105) and (4) forming a data set by all the analyzed related influence factors, taking out data from the data set according to the correlation characteristic standard, and carrying out normalization processing on the data.

4. The method for short-term prediction of regional power loads according to claim 3, wherein the normalization process is performed using the following equation:

in the formula: x _i For data taken from the data set according to the correlation property criteria, z is X _i The variables, mu and sigma, after normalization are respectively the sample mean and the sample standard deviation of the variable V corresponding to the data X _i 。

5. The method for short-term prediction of regional power loads according to claim 1, wherein the specific steps of step 2) comprise:

201) selecting the number N of hidden layer neurons of a BP neural network, setting excitation functions of the hidden layer neurons and the output layer neurons as a tansig function and a purelin function respectively, randomly initializing a network weight and a threshold, and taking the number of iterations as 5000;

202) repeating training on the training sample for 10 times by adopting a trainlm learning function and a Levenberg-Marquardt algorithm, and calculating the average absolute error percentage MAPE average value of 10 training results; setting the iteration times of the network epoch to be 5000 times, and setting the expected error target to be 0.00000001 time;

203) comparing the average absolute error percentage in real time, and finishing iteration if the average absolute error percentage MAPE reaches the minimum value; otherwise, jumping to step 201) to continuously reselect the hidden layer number N;

204) and (3) for the neural network with the number of the neurons in the hidden layer being N, randomly initializing a network weight and a threshold, taking the number of iterations as 30000, and adopting a thinglm learning function to train repeatedly.

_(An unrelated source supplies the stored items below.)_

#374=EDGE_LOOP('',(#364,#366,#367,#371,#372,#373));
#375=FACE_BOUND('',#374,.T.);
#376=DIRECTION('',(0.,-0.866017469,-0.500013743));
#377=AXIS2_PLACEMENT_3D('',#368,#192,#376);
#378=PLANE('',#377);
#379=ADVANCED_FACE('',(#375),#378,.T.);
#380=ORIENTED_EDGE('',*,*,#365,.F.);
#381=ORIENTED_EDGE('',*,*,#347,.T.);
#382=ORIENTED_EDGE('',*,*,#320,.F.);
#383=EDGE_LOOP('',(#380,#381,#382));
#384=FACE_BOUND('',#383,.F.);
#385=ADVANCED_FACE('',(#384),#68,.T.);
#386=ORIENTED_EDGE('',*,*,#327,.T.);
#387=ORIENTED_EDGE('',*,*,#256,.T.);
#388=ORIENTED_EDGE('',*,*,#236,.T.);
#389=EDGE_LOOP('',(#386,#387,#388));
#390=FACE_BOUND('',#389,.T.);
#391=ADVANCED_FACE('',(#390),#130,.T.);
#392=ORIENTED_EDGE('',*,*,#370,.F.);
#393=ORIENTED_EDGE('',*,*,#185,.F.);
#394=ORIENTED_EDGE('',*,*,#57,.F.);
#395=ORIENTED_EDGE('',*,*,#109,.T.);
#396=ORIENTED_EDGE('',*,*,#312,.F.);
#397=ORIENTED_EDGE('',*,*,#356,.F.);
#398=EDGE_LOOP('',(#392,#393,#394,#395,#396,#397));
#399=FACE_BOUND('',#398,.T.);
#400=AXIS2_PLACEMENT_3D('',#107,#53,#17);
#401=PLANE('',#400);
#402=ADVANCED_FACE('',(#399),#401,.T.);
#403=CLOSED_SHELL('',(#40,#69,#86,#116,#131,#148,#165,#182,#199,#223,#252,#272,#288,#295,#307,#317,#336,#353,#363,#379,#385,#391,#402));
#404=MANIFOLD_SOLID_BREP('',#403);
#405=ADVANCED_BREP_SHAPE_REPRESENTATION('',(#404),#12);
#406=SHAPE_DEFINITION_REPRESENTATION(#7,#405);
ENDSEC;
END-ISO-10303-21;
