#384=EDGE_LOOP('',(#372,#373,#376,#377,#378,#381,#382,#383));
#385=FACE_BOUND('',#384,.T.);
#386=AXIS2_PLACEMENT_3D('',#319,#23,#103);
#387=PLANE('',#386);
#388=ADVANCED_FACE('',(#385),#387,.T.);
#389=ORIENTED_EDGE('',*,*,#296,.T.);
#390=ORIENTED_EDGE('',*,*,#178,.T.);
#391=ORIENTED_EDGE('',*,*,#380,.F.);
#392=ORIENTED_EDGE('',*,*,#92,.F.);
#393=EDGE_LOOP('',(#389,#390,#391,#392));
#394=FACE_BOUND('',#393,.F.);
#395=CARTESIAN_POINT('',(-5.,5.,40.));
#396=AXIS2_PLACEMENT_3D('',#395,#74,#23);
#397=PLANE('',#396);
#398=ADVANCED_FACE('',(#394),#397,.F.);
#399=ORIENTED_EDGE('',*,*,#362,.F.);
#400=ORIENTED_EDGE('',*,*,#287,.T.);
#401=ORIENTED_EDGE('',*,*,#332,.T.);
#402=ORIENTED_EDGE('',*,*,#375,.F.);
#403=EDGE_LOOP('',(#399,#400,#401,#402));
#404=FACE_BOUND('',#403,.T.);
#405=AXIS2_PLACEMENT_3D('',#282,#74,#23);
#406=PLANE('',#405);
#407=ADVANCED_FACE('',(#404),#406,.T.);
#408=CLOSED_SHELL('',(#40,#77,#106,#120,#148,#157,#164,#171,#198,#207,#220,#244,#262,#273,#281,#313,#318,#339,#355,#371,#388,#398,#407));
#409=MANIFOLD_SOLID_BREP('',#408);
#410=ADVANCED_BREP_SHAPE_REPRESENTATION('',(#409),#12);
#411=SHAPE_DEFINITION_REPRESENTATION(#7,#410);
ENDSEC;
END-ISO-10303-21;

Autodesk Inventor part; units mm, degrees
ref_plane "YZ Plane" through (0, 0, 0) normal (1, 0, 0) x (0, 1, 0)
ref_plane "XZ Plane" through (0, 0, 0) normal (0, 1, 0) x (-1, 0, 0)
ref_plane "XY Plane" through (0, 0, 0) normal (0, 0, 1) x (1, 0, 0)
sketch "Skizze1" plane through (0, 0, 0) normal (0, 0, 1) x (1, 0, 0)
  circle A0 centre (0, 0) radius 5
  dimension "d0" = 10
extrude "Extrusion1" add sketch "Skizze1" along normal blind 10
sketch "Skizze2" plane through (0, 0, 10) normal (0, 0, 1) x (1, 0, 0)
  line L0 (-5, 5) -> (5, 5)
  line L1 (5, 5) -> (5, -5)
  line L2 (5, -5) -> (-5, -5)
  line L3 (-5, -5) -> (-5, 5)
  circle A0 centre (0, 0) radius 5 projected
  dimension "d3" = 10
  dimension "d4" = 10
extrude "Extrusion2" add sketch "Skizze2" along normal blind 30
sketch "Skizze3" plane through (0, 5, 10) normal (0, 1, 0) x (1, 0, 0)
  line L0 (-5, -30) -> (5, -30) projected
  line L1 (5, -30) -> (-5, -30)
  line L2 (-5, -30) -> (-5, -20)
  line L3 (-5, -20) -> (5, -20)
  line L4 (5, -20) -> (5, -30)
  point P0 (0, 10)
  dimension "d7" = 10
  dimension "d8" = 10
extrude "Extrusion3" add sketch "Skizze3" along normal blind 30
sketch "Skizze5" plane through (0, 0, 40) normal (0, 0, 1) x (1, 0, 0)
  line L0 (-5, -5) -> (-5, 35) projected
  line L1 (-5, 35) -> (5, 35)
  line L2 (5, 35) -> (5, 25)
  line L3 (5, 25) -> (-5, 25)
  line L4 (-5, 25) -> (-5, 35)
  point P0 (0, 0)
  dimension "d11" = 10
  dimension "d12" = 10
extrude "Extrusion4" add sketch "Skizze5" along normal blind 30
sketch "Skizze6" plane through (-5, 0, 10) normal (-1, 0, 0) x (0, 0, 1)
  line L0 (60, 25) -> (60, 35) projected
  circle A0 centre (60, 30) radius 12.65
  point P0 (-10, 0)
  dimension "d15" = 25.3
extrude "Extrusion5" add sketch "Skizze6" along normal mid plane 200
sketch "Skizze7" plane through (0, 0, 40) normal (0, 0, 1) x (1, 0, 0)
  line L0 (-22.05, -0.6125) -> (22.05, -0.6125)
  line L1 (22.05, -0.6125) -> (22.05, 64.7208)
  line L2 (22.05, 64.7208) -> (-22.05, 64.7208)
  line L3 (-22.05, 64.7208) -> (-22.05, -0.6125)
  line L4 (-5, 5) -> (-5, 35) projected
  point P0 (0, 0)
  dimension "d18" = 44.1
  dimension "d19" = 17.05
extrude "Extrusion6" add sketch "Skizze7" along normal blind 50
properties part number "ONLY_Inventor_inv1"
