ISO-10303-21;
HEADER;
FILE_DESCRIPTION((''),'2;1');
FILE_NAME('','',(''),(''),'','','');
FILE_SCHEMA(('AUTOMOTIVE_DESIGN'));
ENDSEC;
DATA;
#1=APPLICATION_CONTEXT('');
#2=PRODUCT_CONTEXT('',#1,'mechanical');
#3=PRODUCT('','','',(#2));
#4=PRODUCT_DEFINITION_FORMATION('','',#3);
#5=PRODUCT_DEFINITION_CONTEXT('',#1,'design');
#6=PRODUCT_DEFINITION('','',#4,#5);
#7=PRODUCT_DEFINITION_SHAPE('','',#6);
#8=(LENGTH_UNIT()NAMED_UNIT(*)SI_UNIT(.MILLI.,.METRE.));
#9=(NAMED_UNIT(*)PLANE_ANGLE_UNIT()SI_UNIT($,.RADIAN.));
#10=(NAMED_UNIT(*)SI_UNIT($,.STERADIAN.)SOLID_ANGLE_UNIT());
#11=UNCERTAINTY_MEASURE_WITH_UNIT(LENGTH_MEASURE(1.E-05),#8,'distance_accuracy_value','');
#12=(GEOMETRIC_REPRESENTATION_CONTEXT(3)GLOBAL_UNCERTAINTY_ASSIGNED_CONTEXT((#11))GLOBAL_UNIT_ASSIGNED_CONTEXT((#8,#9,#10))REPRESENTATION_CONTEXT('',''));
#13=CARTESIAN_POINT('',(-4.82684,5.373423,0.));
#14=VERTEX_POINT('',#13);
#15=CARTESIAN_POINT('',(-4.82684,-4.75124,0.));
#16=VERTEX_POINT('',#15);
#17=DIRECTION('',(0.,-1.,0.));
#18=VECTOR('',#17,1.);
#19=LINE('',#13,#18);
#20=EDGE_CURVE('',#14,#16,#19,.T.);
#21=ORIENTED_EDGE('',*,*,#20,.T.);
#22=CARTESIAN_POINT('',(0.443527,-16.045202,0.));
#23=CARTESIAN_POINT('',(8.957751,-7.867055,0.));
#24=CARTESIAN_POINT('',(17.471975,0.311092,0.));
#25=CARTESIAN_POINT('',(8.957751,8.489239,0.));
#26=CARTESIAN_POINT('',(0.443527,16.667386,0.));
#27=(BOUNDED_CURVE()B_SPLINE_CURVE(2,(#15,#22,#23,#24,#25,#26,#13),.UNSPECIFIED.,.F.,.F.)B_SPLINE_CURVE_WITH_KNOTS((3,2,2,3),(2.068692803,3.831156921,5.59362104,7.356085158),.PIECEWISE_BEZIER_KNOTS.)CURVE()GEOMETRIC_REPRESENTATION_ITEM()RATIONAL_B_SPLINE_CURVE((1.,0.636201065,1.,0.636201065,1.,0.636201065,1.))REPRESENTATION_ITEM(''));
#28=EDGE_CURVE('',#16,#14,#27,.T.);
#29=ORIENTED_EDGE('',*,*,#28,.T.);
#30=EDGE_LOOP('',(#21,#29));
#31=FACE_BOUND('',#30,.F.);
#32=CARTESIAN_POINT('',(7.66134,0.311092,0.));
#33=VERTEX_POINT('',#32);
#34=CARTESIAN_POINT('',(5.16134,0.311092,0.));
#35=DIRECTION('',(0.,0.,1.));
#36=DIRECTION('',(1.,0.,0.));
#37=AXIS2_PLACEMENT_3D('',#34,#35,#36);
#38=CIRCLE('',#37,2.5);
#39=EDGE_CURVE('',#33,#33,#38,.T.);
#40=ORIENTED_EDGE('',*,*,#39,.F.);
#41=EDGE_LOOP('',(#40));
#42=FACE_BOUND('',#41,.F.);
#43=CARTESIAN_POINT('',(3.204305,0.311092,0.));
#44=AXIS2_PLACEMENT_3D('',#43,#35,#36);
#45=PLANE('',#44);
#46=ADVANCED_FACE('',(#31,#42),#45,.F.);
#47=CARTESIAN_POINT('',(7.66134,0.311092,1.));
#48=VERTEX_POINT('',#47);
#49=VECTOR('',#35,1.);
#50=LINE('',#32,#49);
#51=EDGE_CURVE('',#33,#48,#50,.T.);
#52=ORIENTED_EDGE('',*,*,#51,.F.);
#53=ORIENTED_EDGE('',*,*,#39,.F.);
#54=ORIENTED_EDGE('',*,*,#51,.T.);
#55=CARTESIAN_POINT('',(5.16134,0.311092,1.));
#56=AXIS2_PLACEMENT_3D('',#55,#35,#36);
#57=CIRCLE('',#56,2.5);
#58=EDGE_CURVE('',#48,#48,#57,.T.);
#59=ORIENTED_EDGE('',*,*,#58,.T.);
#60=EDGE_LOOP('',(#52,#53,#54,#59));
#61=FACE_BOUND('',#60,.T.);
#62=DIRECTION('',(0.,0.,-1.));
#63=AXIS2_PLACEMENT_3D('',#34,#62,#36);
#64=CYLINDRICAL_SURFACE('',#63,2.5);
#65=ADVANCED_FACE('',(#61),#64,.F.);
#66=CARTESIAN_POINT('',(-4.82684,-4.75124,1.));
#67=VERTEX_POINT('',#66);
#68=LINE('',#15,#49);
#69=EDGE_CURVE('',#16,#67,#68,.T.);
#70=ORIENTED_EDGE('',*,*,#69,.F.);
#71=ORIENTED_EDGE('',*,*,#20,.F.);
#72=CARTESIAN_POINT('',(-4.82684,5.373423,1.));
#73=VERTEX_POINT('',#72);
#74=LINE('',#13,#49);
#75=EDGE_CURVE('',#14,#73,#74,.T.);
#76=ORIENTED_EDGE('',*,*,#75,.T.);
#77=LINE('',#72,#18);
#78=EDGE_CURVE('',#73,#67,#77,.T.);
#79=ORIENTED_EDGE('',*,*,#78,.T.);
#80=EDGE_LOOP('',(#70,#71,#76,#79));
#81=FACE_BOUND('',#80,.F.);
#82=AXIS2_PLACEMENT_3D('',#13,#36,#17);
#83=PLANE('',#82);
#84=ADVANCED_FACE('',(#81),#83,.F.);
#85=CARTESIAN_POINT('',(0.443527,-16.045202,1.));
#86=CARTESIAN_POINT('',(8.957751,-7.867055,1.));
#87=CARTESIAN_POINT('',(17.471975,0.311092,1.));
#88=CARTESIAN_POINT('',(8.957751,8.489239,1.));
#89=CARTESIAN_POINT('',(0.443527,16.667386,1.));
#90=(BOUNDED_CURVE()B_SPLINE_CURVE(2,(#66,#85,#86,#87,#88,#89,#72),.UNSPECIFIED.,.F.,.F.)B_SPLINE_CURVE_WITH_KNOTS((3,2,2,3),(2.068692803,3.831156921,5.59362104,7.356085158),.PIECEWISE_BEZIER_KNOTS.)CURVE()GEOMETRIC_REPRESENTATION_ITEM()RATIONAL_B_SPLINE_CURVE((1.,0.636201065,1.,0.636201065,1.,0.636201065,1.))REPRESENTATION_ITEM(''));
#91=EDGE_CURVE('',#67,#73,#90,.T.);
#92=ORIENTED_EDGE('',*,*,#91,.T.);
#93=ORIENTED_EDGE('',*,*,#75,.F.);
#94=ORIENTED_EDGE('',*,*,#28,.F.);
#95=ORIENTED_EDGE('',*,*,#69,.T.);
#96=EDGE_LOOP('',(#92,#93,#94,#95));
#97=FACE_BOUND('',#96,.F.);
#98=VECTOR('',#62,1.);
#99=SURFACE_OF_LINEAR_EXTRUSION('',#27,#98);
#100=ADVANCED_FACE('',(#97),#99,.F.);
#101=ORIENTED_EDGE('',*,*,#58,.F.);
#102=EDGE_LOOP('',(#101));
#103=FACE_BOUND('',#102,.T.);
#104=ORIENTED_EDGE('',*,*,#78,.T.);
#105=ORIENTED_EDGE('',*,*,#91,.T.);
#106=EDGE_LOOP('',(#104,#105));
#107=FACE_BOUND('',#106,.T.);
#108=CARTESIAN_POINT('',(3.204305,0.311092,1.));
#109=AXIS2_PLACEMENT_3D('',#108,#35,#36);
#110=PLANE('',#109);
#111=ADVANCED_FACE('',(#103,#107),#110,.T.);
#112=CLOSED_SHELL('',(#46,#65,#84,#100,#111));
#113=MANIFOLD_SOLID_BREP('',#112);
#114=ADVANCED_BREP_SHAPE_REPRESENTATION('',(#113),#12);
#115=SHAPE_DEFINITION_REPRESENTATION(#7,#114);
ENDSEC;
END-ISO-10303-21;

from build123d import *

# Parameters (mm, degrees)
F0_R     = 2.5
F1_DEPTH = 1


with BuildPart() as f1:
    # F0 (on Top) → F1 (new body)
    with BuildSketch(Plane.XY):
        with BuildLine():
            Line((-4.8268395689, 0.2898527145), (-4.8268395689, -4.7512399855))
            add(Edge.make_bspline(
                [(-4.8268395689, -4.7512399855), (0.4435265013, -16.0452022697), (8.9577509566, -7.8670552722), (17.4719754119, 0.3110917253), (8.9577509566, 8.4892387228), (0.4435265013, 16.6673857203), (-4.8268395689, 5.3734234361)],
                knots=[2.0686928028, 2.0686928028, 2.0686928028, 3.8311569212, 3.8311569212, 5.5936210396, 5.5936210396, 7.356085158, 7.356085158, 7.356085158], degree=2, weights=[1, 0.6362010649, 1, 0.6362010649, 1, 0.6362010649, 1]))
            Line((-4.8268395689, 5.3734234361), (-4.8268395689, 0.3323307361))
            Line((-4.8268395689, 0.3323307361), (-4.8268395689, 0.2898527145))
        make_face()
        with Locations((5.161339934, 0.3110917253)):
            Circle(F0_R, mode=Mode.SUBTRACT)
    extrude(amount=F1_DEPTH)


solid = f1.part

6. The method for short-term prediction of regional power loads according to claim 5, wherein the specific steps of step 3) comprise:

301) setting the iteration number to be 100000 times, and carrying out deep training on the neural network in which the number of the selected hidden layer is N, the number of the hidden layer neurons is k, and excitation functions of the hidden layer neurons and the output layer neurons are respectively a tansig function and a purelin function;

302) comparing the MAPE values, selecting an excitation function model, and performing iterative training;

303) judging whether the target error is reached in real time, and if so, ending the iterative training;

304) and predicting the power load test sample of the region to be predicted by using the established prediction model.